#### GIVEN DATA
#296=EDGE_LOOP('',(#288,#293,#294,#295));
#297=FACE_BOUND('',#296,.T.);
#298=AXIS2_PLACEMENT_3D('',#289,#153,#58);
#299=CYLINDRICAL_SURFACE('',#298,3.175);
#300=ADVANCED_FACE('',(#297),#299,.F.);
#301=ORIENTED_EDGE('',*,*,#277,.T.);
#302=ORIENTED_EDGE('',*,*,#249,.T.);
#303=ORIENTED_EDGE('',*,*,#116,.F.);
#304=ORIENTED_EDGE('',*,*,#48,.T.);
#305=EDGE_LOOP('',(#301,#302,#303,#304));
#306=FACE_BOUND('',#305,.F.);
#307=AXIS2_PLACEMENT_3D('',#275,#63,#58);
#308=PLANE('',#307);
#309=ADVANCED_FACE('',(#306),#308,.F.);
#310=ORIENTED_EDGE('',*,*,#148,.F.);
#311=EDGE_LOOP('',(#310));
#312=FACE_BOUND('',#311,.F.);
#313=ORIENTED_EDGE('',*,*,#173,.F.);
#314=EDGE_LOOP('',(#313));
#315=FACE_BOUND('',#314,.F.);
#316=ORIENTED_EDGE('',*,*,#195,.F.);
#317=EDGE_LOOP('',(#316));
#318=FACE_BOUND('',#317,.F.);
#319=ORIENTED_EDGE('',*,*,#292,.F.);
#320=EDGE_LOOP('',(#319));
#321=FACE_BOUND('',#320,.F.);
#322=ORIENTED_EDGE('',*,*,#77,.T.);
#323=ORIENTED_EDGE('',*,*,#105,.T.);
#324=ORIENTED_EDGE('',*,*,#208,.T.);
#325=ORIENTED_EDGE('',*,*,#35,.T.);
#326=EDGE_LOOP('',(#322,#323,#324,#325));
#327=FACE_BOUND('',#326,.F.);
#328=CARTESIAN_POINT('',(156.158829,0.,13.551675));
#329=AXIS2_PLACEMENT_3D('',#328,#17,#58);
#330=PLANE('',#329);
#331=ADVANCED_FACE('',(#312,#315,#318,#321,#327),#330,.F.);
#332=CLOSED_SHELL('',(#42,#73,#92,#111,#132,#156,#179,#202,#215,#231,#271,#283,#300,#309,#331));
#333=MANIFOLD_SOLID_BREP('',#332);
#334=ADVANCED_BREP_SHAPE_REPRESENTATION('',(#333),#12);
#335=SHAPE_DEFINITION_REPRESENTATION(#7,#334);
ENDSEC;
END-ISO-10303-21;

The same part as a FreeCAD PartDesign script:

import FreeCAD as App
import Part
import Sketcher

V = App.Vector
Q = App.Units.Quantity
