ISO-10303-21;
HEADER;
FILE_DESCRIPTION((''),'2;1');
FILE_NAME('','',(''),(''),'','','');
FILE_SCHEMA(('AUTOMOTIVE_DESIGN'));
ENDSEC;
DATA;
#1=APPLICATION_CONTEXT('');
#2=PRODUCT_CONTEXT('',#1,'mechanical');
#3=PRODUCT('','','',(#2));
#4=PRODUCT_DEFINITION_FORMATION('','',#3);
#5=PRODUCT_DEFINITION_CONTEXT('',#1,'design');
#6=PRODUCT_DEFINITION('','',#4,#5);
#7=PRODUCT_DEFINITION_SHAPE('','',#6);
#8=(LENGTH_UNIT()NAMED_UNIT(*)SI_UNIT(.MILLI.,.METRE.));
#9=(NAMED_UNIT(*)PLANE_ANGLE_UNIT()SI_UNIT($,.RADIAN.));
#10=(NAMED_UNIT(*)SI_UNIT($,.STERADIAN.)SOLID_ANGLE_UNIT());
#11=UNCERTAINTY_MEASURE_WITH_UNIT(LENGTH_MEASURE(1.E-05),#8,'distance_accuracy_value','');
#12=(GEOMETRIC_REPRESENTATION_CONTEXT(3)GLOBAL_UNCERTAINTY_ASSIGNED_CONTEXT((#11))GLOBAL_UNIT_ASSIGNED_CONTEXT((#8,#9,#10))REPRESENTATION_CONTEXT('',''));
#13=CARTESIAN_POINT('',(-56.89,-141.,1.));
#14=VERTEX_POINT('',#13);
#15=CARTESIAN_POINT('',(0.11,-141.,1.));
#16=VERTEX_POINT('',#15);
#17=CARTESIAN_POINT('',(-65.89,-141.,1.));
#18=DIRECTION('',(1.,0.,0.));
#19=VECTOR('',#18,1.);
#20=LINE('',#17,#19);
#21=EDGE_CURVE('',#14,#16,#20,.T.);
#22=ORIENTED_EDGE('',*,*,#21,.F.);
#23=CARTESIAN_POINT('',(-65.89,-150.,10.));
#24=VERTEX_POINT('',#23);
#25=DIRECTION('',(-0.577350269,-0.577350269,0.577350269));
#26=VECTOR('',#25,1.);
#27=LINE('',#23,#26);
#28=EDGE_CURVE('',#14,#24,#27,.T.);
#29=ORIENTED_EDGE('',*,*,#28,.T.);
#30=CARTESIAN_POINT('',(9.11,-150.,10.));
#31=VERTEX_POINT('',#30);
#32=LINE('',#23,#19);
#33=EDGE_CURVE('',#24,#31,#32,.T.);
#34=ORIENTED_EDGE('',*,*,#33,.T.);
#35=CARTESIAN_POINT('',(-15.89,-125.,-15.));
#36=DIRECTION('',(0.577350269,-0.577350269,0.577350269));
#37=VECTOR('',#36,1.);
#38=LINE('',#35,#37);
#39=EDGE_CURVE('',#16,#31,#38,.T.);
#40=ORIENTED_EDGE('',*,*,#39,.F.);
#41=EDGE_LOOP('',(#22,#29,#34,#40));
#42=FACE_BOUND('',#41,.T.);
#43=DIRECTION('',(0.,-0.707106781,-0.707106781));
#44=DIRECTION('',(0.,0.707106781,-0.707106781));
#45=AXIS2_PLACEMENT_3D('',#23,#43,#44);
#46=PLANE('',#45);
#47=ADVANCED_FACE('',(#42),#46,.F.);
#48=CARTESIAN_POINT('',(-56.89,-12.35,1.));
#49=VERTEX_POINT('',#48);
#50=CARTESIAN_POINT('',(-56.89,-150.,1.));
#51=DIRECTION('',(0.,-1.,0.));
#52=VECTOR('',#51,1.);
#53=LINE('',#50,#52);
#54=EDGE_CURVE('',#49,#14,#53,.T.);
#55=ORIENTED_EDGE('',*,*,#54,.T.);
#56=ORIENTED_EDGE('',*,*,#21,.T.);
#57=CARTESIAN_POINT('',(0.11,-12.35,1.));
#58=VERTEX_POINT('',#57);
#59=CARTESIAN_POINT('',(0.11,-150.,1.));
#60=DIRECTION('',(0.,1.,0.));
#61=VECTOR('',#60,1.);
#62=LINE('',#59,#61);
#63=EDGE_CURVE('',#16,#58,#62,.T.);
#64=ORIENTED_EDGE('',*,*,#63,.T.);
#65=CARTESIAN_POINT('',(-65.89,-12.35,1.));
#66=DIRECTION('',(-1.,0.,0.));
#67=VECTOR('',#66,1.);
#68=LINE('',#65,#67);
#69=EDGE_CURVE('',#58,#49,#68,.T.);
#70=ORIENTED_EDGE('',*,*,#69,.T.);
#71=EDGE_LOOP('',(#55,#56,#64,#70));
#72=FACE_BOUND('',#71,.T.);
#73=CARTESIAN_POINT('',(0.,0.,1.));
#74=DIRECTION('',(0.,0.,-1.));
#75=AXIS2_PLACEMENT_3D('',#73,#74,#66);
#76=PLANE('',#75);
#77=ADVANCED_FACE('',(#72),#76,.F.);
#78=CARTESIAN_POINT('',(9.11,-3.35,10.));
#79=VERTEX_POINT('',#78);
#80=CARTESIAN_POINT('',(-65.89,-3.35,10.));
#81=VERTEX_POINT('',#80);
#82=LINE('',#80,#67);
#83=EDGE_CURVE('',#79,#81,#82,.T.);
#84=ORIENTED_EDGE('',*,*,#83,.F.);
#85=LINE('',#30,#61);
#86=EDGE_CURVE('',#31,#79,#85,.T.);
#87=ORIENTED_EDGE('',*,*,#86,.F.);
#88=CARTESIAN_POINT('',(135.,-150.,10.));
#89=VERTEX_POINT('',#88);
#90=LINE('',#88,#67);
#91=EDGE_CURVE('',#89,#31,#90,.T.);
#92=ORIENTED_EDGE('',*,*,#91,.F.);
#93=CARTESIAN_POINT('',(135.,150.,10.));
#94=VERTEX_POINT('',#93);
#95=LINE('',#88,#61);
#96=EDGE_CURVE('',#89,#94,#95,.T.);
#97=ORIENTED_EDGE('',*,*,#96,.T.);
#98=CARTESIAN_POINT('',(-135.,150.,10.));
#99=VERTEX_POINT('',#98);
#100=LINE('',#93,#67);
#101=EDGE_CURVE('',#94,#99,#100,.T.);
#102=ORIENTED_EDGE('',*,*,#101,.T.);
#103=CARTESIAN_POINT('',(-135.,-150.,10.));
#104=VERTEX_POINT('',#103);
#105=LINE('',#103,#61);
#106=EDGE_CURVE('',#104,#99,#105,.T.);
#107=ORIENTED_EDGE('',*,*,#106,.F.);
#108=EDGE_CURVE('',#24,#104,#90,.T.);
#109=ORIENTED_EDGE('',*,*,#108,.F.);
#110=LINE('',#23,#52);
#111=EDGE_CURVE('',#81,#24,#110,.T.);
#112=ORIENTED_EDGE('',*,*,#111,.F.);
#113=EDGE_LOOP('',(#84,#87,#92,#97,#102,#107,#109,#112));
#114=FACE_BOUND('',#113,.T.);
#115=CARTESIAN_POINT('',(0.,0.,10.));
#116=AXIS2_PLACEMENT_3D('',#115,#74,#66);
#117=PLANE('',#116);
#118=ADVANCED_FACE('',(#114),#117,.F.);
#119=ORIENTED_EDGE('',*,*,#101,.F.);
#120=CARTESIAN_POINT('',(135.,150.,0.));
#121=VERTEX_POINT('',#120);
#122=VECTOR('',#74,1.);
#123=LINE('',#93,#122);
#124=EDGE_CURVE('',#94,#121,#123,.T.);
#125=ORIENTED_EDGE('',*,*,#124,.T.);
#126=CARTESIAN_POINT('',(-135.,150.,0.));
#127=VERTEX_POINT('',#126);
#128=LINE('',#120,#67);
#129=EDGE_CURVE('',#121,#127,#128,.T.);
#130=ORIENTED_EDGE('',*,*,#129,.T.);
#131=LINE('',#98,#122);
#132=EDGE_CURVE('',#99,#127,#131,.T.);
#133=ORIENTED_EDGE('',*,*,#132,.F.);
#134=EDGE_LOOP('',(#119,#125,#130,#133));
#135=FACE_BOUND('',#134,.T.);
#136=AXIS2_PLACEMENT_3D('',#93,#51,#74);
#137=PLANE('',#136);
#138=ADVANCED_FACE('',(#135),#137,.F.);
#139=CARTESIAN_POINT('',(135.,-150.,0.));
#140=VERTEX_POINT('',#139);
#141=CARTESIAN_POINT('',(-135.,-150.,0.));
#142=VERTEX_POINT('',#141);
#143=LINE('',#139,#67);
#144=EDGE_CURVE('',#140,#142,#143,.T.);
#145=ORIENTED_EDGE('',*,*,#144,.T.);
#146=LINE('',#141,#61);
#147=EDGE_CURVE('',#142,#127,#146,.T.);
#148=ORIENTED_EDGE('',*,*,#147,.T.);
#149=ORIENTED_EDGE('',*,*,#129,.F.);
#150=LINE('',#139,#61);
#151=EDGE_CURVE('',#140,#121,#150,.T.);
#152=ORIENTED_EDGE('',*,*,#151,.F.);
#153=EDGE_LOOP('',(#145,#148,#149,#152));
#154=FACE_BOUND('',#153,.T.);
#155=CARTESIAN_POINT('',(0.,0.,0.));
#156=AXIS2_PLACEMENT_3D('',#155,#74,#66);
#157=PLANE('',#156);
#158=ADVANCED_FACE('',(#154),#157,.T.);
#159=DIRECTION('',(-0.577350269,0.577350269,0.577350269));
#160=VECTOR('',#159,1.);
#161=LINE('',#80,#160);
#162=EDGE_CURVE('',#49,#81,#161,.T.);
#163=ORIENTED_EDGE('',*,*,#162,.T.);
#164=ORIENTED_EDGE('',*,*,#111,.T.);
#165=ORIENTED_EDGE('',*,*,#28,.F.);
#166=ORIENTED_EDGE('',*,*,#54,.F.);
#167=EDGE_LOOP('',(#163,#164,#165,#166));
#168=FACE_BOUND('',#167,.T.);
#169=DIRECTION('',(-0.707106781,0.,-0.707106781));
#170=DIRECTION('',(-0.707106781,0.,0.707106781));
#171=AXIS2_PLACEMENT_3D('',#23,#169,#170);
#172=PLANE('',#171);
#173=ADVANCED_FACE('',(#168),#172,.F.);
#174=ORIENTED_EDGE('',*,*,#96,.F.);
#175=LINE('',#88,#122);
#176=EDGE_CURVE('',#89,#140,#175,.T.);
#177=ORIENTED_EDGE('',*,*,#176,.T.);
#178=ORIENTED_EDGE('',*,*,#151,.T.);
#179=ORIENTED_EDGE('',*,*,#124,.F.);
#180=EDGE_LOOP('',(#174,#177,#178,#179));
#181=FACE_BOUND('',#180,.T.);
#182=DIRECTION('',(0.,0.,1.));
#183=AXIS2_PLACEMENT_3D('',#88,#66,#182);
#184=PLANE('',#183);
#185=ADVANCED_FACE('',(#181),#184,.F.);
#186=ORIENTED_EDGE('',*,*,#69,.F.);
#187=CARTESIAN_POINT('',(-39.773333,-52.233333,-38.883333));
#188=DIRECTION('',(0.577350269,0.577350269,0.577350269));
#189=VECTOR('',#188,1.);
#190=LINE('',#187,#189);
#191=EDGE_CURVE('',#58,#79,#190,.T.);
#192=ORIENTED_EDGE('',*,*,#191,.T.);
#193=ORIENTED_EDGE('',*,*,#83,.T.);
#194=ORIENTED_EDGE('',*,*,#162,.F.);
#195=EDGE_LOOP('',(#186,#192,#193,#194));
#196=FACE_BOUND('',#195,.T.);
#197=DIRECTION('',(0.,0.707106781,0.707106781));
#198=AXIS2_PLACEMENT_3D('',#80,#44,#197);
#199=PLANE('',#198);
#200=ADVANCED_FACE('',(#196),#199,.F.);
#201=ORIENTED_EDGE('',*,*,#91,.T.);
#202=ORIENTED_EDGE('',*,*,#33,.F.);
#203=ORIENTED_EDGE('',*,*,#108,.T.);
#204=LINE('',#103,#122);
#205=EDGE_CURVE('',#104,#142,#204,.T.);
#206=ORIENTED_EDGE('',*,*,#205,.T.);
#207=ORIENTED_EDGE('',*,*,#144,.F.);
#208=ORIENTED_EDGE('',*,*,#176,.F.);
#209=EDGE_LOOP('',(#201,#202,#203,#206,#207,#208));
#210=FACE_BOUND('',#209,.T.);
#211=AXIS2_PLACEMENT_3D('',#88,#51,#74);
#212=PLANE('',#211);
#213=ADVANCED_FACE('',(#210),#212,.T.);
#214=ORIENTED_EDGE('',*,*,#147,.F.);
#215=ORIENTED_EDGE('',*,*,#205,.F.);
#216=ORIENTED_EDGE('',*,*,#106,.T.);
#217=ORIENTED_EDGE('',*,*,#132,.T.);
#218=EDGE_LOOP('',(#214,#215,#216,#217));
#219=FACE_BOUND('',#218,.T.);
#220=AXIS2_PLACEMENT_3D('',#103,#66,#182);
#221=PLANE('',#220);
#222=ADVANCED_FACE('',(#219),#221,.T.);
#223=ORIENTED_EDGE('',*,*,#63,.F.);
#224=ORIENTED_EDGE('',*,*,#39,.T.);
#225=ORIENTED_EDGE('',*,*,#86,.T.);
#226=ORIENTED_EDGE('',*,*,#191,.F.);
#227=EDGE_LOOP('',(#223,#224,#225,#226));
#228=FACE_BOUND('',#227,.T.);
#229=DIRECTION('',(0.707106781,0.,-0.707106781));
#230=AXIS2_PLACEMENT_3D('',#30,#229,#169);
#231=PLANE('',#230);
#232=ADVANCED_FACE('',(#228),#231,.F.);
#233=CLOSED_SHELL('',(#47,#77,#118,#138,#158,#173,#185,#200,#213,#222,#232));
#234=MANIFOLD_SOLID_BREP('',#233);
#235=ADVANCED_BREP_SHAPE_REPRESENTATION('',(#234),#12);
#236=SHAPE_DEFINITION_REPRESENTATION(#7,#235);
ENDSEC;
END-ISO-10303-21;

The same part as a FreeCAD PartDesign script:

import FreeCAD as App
import Part
import Sketcher


def faces_at(feature, points):
    """Names of the faces that lie closest to the given points."""
    faces = feature.Shape.Faces
    near = lambda p: min(range(len(faces)), key=lambda i: faces[i].distToShape(Part.Vertex(*p))[0])
    return sorted({f"Face{near(p) + 1}" for p in points})


def add_polygon(sketch, points):
    """Adds a closed chain of lines whose ends are joined by coincident constraints."""
    first, n = sketch.GeometryCount, len(points)
    for a, b in zip(points, points[1:] + points[:1]):
        sketch.addGeometry(Part.LineSegment(App.Vector(*a, 0), App.Vector(*b, 0)), False)
    for i in range(n):
        sketch.addConstraint(Sketcher.Constraint("Coincident", first + i, 2, first + (i + 1) % n, 1))

doc = App.newDocument("Part")
body = doc.addObject("PartDesign::Body", "Body")

sketch1 = doc.addObject("Sketcher::SketchObject", "Sketch")
body.addObject(sketch1)
sketch1.AttachmentSupport = (doc.XY_Plane, [""])
sketch1.MapMode = "FlatFace"
add_polygon(sketch1, [(-135, 150), (-135, -150), (135, -150), (135, 150)])
sketch1.addConstraint([
    Sketcher.Constraint("Vertical", 0),
    Sketcher.Constraint("Horizontal", 1),
    Sketcher.Constraint("Vertical", 2),
    Sketcher.Constraint("Horizontal", 3),
    Sketcher.Constraint("Symmetric", 0, 2, 2, 2, -1, 1),
    Sketcher.Constraint("DistanceX", 1, 1, 1, 2, 270.0),
    Sketcher.Constraint("DistanceY", 0, 2, 0, 1, 300.0),
])
pad1 = doc.addObject("PartDesign::Pad", "Pad")
body.addObject(pad1)
pad1.Profile = sketch1
pad1.Length = 10
body2 = doc.addObject("PartDesign::Body", "Body001")

sketch2 = doc.addObject("Sketcher::SketchObject", "Sketch001")
body2.addObject(sketch2)
sketch2.AttachmentSupport = (doc.getObject("XY_Plane001"), [""])
sketch2.MapMode = "FlatFace"
sketch2.AttachmentOffset = App.Placement(App.Vector(0, 0, 10), App.Rotation())
add_polygon(sketch2, [(-65.89, -3.35), (-65.89, -150), (9.11, -150), (9.11, -3.35)])
sketch2.addConstraint([
    Sketcher.Constraint("Vertical", 0),
    Sketcher.Constraint("Horizontal", 1),
    Sketcher.Constraint("Vertical", 2),
    Sketcher.Constraint("Horizontal", 3),
    Sketcher.Constraint("DistanceX", 1, 1, 1, 2, 75.0),
    Sketcher.Constraint("DistanceY", 0, 2, -1, 1, 150.0),
    Sketcher.Constraint("DistanceY", 0, 2, 0, 1, 146.65),
    Sketcher.Constraint("DistanceX", 0, 2, -1, 1, 65.89),
])
pad2 = doc.addObject("PartDesign::Pad", "Pad001")
body2.addObject(pad2)
pad2.Profile = sketch2
pad2.Length = 9
pad2.Reversed = True
doc.recompute()

datumplane = doc.addObject("PartDesign::Plane", "DatumPlane")
body2.addObject(datumplane)
datumplane.AttachmentSupport = (doc.getObject("XY_Plane001"), [""])
datumplane.MapMode = "FlatFace"
datumplane.AttachmentOffset = App.Placement(App.Vector(0, 0, 10), App.Rotation())
draft = doc.addObject("PartDesign::Draft", "Draft")
body2.addObject(draft)
draft.Base = (pad2, faces_at(pad2, [
    (-28.39, -150, 5.5),
    (9.11, -76.675, 5.5),
    (-28.39, -3.35, 5.5),
    (-65.89, -76.675, 5.5),
]))
draft.NeutralPlane = (datumplane, [""])
draft.Angle = 45
draft.Reversed = True
doc.recompute()

boolean = doc.addObject("PartDesign::Boolean", "Boolean")
body.addObject(boolean)
boolean.Type = "Cut"
boolean.addObjects([body2])

doc.recompute()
########
• **WHAT IS EXPECTED**
Go through the data above from its first line and copy each line exactly, stopping once the line with "#312=FACE_BOUND('',#311,.F.);" has been copied.

• **OUTPUT OF THE EXERCISE**
#296=EDGE_LOOP('',(#288,#293,#294,#295));
#297=FACE_BOUND('',#296,.T.);
#298=AXIS2_PLACEMENT_3D('',#289,#153,#58);
#299=CYLINDRICAL_SURFACE('',#298,3.175);
#300=ADVANCED_FACE('',(#297),#299,.F.);
#301=ORIENTED_EDGE('',*,*,#277,.T.);
#302=ORIENTED_EDGE('',*,*,#249,.T.);
#303=ORIENTED_EDGE('',*,*,#116,.F.);
#304=ORIENTED_EDGE('',*,*,#48,.T.);
#305=EDGE_LOOP('',(#301,#302,#303,#304));
#306=FACE_BOUND('',#305,.F.);
#307=AXIS2_PLACEMENT_3D('',#275,#63,#58);
#308=PLANE('',#307);
#309=ADVANCED_FACE('',(#306),#308,.F.);
#310=ORIENTED_EDGE('',*,*,#148,.F.);
#311=EDGE_LOOP('',(#310));
#312=FACE_BOUND('',#311,.F.);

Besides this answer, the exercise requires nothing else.